[Items from a data source]
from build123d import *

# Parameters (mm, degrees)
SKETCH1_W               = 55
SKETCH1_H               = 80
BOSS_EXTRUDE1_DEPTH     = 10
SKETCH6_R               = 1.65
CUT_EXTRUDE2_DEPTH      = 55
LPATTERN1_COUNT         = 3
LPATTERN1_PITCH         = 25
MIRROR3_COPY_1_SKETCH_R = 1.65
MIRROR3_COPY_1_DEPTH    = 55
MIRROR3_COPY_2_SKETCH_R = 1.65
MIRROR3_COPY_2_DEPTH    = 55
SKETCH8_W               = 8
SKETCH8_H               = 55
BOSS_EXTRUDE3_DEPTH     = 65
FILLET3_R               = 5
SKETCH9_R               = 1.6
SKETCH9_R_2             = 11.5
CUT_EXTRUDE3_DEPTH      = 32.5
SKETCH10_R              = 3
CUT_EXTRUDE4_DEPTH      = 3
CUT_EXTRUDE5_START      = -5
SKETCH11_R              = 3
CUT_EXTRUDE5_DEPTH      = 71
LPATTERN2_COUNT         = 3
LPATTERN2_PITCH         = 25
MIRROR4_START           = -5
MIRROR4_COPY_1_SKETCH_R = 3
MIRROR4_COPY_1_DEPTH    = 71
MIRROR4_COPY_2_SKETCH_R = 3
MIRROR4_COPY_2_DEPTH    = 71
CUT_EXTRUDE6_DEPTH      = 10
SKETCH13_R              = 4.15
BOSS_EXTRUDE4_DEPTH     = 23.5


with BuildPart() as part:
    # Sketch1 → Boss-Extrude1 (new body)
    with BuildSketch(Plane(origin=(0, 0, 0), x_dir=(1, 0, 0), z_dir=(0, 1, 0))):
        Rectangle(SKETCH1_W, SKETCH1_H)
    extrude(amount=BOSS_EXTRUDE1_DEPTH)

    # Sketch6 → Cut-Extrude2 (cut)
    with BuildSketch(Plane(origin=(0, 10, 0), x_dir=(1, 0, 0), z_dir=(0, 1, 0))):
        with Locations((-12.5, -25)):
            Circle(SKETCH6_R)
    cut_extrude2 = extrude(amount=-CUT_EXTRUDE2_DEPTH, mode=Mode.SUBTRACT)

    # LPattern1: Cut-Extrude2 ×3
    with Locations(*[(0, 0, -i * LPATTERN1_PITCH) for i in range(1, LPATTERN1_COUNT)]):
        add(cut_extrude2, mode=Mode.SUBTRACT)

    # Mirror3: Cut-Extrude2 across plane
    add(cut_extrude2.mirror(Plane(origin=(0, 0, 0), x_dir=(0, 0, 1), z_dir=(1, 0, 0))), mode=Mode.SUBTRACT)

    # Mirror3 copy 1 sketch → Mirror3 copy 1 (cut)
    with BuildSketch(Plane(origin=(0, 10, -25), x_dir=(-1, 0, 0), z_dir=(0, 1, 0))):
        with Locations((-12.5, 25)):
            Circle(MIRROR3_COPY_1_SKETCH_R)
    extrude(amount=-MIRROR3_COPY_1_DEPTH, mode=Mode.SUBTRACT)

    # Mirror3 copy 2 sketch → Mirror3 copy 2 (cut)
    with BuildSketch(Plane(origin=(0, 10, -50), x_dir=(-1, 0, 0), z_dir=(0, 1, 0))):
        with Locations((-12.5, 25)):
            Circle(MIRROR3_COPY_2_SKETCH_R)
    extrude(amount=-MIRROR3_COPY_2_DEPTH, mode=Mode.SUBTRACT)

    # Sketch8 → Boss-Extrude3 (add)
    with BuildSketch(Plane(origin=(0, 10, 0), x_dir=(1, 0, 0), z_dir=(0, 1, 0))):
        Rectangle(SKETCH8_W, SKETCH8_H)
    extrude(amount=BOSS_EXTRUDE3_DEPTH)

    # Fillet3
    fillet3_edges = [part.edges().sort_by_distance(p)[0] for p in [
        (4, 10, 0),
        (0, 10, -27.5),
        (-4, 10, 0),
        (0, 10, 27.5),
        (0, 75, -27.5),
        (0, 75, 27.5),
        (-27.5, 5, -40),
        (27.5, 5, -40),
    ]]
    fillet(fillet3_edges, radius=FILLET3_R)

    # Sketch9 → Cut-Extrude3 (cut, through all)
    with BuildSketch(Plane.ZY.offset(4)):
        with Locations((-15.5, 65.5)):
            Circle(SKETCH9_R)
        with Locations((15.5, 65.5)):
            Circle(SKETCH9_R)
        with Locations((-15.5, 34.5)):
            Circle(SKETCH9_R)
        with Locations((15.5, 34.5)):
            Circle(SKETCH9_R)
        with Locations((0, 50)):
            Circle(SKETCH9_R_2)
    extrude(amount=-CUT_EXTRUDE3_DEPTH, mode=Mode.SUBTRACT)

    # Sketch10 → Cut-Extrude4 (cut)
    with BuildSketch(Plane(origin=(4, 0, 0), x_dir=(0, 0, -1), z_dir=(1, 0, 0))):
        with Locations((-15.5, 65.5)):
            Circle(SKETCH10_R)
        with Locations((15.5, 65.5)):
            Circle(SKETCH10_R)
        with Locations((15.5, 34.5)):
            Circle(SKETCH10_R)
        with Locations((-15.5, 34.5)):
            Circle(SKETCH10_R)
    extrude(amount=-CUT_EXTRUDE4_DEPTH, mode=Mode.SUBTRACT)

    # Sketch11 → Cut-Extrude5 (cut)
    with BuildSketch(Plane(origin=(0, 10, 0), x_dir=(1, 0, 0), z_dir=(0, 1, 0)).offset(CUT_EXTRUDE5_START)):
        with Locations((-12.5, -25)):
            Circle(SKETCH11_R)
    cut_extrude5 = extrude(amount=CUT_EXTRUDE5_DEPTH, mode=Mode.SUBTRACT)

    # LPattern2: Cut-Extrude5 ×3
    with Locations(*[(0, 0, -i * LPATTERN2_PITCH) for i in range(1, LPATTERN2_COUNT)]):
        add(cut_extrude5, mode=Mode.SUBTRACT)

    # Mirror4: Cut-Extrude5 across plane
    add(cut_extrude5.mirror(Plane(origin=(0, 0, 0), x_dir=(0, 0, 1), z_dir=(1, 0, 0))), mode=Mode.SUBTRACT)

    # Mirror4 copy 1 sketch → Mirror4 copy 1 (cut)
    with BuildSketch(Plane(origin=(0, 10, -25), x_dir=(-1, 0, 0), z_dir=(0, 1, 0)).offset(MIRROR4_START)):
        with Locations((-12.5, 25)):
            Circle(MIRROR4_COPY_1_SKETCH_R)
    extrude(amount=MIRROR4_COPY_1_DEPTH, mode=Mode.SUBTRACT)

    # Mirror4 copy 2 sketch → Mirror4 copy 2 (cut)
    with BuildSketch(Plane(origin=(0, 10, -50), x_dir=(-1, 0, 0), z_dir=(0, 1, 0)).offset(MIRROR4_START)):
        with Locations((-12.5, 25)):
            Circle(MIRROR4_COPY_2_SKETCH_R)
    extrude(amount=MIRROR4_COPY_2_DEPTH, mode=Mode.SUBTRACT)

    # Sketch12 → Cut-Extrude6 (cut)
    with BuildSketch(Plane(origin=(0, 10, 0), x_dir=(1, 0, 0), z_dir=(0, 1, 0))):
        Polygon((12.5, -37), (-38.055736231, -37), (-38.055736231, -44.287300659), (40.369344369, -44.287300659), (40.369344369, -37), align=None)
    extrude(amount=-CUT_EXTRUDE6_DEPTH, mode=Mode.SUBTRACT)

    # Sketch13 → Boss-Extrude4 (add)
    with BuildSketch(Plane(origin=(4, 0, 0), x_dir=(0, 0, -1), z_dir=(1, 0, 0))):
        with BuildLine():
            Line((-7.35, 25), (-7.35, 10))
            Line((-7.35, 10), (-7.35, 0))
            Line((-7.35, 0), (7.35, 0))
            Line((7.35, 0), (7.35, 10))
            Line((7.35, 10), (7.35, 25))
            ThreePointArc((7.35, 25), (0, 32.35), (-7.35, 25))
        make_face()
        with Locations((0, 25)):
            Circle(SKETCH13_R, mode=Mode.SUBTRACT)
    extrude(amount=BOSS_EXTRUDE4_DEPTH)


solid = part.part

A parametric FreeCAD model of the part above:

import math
import FreeCAD as App
import Part
import Sketcher
from FreeCAD import Vector
Q = App.Units.Quantity


def edges_at(feature, points):
    """Names of the edges that pass closest to the given points."""
    edges = feature.Shape.Edges
    near = lambda p: min(range(len(edges)), key=lambda i: edges[i].distToShape(Part.Vertex(*p))[0])
    return sorted({f"Edge{near(p) + 1}" for p in points})

doc = App.newDocument("Part")
body = doc.addObject("PartDesign::Body", "Body")

# Sketch on XZ plane
sketch1 = body.newObject("Sketcher::SketchObject", "Sketch")
sketch1.AttachmentSupport = (doc.getObject("XZ_Plane"), [""])
sketch1.MapMode = "FlatFace"
sketch1.addGeometry(Part.LineSegment(Vector(-28, -40, 0), Vector(-28, 40, 0)), False)
sketch1.addGeometry(Part.LineSegment(Vector(-28, 40, 0), Vector(28, 40, 0)), False)
sketch1.addGeometry(Part.LineSegment(Vector(28, 40, 0), Vector(28, -40, 0)), False)
sketch1.addGeometry(Part.LineSegment(Vector(28, -40, 0), Vector(-28, -40, 0)), False)
sketch1.addConstraint(Sketcher.Constraint("Coincident", 0, 2, 1, 1))
sketch1.addConstraint(Sketcher.Constraint("Coincident", 1, 2, 2, 1))
sketch1.addConstraint(Sketcher.Constraint("Coincident", 2, 2, 3, 1))
sketch1.addConstraint(Sketcher.Constraint("Coincident", 3, 2, 0, 1))
sketch1.addConstraint(Sketcher.Constraint("Vertical", 0))
sketch1.addConstraint(Sketcher.Constraint("Horizontal", 1))
sketch1.addConstraint(Sketcher.Constraint("Vertical", 2))
sketch1.addConstraint(Sketcher.Constraint("Horizontal", 3))
sketch1.addConstraint(Sketcher.Constraint("Symmetric", 0, 2, 2, 2, -1, 1))
sketch1.addConstraint(Sketcher.Constraint("DistanceX", 1, 1, 1, 2, Q("55 mm")))
sketch1.addConstraint(Sketcher.Constraint("DistanceY", 0, 1, 0, 2, Q("80 mm")))
pad1 = body.newObject("PartDesign::Pad", "Pad")
pad1.Profile = sketch1
pad1.Length = 10
pad1.Reversed = True

# Sketch on XZ plane
sketch2 = body.newObject("Sketcher::SketchObject", "Sketch001")
sketch2.AttachmentSupport = (doc.getObject("XZ_Plane"), [""])
sketch2.MapMode = "FlatFace"
sketch2.AttachmentOffset = App.Placement(Vector(0, 0, -10), App.Rotation())
sketch2.addGeometry(Part.Circle(Vector(-12.5, 25, 0), Vector(0, 0, 1), 1.6), False)
sketch2.addConstraint(Sketcher.Constraint("Diameter", 0, Q("3.3 mm")))
sketch2.addConstraint(Sketcher.Constraint("DistanceY", -1, 1, 0, 3, Q("25 mm")))
sketch2.addConstraint(Sketcher.Constraint("DistanceX", 0, 3, -1, 1, Q("12.5 mm")))
pocket1 = body.newObject("PartDesign::Pocket", "Pocket")
pocket1.Profile = sketch2
pocket1.Length = 55
pocket1.Reversed = True
doc.recompute()

linearpattern = body.newObject("PartDesign::LinearPattern", "LinearPattern")
linearpattern.Originals = [pocket1]
linearpattern.Direction = (doc.getObject("Z_Axis"), [""])
linearpattern.Mode = "offset"
linearpattern.Offset = 25
linearpattern.Occurrences = 3
linearpattern.Reversed = True
body.Tip = linearpattern
doc.recompute()

mirrored = body.newObject("PartDesign::Mirrored", "Mirrored")
mirrored.Originals = [pocket1]
mirrored.MirrorPlane = (doc.getObject("YZ_Plane"), [""])
body.Tip = mirrored

# Sketch on XZ plane
sketch3 = body.newObject("Sketcher::SketchObject", "Sketch002")
sketch3.AttachmentSupport = (doc.getObject("XZ_Plane"), [""])
sketch3.MapMode = "FlatFace"
sketch3.AttachmentOffset = App.Placement(Vector(0, 0, -10), App.Rotation())
sketch3.addGeometry(Part.Circle(Vector(12.5, 0, 0), Vector(0, 0, 1), 1.6), False)
sketch3.addConstraint(Sketcher.Constraint("PointOnObject", 0, 3, -1))
sketch3.addConstraint(Sketcher.Constraint("Diameter", 0, Q("3.3 mm")))
sketch3.addConstraint(Sketcher.Constraint("DistanceX", -1, 1, 0, 3, Q("12.5 mm")))
pocket2 = body.newObject("PartDesign::Pocket", "Pocket001")
pocket2.Profile = sketch3
pocket2.Length = 55
pocket2.Reversed = True

# Sketch on XZ plane
sketch4 = body.newObject("Sketcher::SketchObject", "Sketch003")
sketch4.AttachmentSupport = (doc.getObject("XZ_Plane"), [""])
sketch4.MapMode = "FlatFace"
sketch4.AttachmentOffset = App.Placement(Vector(0, 0, -10), App.Rotation())
sketch4.addGeometry(Part.Circle(Vector(12.5, -25, 0), Vector(0, 0, 1), 1.6), False)
sketch4.addConstraint(Sketcher.Constraint("Diameter", 0, Q("3.3 mm")))
sketch4.addConstraint(Sketcher.Constraint("DistanceY", 0, 3, -1, 1, Q("25 mm")))
sketch4.addConstraint(Sketcher.Constraint("DistanceX", -1, 1, 0, 3, Q("12.5 mm")))
pocket3 = body.newObject("PartDesign::Pocket", "Pocket002")
pocket3.Profile = sketch4
pocket3.Length = 55
pocket3.Reversed = True

# Sketch on XZ plane
sketch5 = body.newObject("Sketcher::SketchObject", "Sketch004")
sketch5.AttachmentSupport = (doc.getObject("XZ_Plane"), [""])
sketch5.MapMode = "FlatFace"
sketch5.AttachmentOffset = App.Placement(Vector(0, 0, -10), App.Rotation())
sketch5.addGeometry(Part.LineSegment(Vector(-4, -28, 0), Vector(-4, 28, 0)), False)
sketch5.addGeometry(Part.LineSegment(Vector(-4, 28, 0), Vector(4, 28, 0)), False)
sketch5.addGeometry(Part.LineSegment(Vector(4, 28, 0), Vector(4, -28, 0)), False)
sketch5.addGeometry(Part.LineSegment(Vector(4, -28, 0), Vector(-4, -28, 0)), False)
sketch5.addConstraint(Sketcher.Constraint("Coincident", 0, 2, 1, 1))
sketch5.addConstraint(Sketcher.Constraint("Coincident", 1, 2, 2, 1))
sketch5.addConstraint(Sketcher.Constraint("Coincident", 2, 2, 3, 1))
sketch5.addConstraint(Sketcher.Constraint("Coincident", 3, 2, 0, 1))
sketch5.addConstraint(Sketcher.Constraint("Vertical", 0))
sketch5.addConstraint(Sketcher.Constraint("Horizontal", 1))
sketch5.addConstraint(Sketcher.Constraint("Vertical", 2))
sketch5.addConstraint(Sketcher.Constraint("Horizontal", 3))
sketch5.addConstraint(Sketcher.Constraint("Symmetric", 0, 2, 2, 2, -1, 1))
sketch5.addConstraint(Sketcher.Constraint("DistanceX", 1, 1, 1, 2, Q("8 mm")))
sketch5.addConstraint(Sketcher.Constraint("DistanceY", 0, 1, 0, 2, Q("55 mm")))
pad2 = body.newObject("PartDesign::Pad", "Pad001")
pad2.Profile = sketch5
pad2.Length = 65
pad2.Reversed = True
doc.recompute()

EXERCISE AIM: Transcribe the records above exactly, from the opening line down to and including the line with "# Sketch1 → Boss-Extrude1 (new body)".

OUTPUT BELOW:
from build123d import *

# Parameters (mm, degrees)
SKETCH1_W               = 55
SKETCH1_H               = 80
BOSS_EXTRUDE1_DEPTH     = 10
SKETCH6_R               = 1.65
CUT_EXTRUDE2_DEPTH      = 55
LPATTERN1_COUNT         = 3
LPATTERN1_PITCH         = 25
MIRROR3_COPY_1_SKETCH_R = 1.65
MIRROR3_COPY_1_DEPTH    = 55
MIRROR3_COPY_2_SKETCH_R = 1.65
MIRROR3_COPY_2_DEPTH    = 55
SKETCH8_W               = 8
SKETCH8_H               = 55
BOSS_EXTRUDE3_DEPTH     = 65
FILLET3_R               = 5
SKETCH9_R               = 1.6
SKETCH9_R_2             = 11.5
CUT_EXTRUDE3_DEPTH      = 32.5
SKETCH10_R              = 3
CUT_EXTRUDE4_DEPTH      = 3
CUT_EXTRUDE5_START      = -5
SKETCH11_R              = 3
CUT_EXTRUDE5_DEPTH      = 71
LPATTERN2_COUNT         = 3
LPATTERN2_PITCH         = 25
MIRROR4_START           = -5
MIRROR4_COPY_1_SKETCH_R = 3
MIRROR4_COPY_1_DEPTH    = 71
MIRROR4_COPY_2_SKETCH_R = 3
MIRROR4_COPY_2_DEPTH    = 71
CUT_EXTRUDE6_DEPTH      = 10
SKETCH13_R              = 4.15
BOSS_EXTRUDE4_DEPTH     = 23.5


with BuildPart() as part:
    # Sketch1 → Boss-Extrude1 (new body)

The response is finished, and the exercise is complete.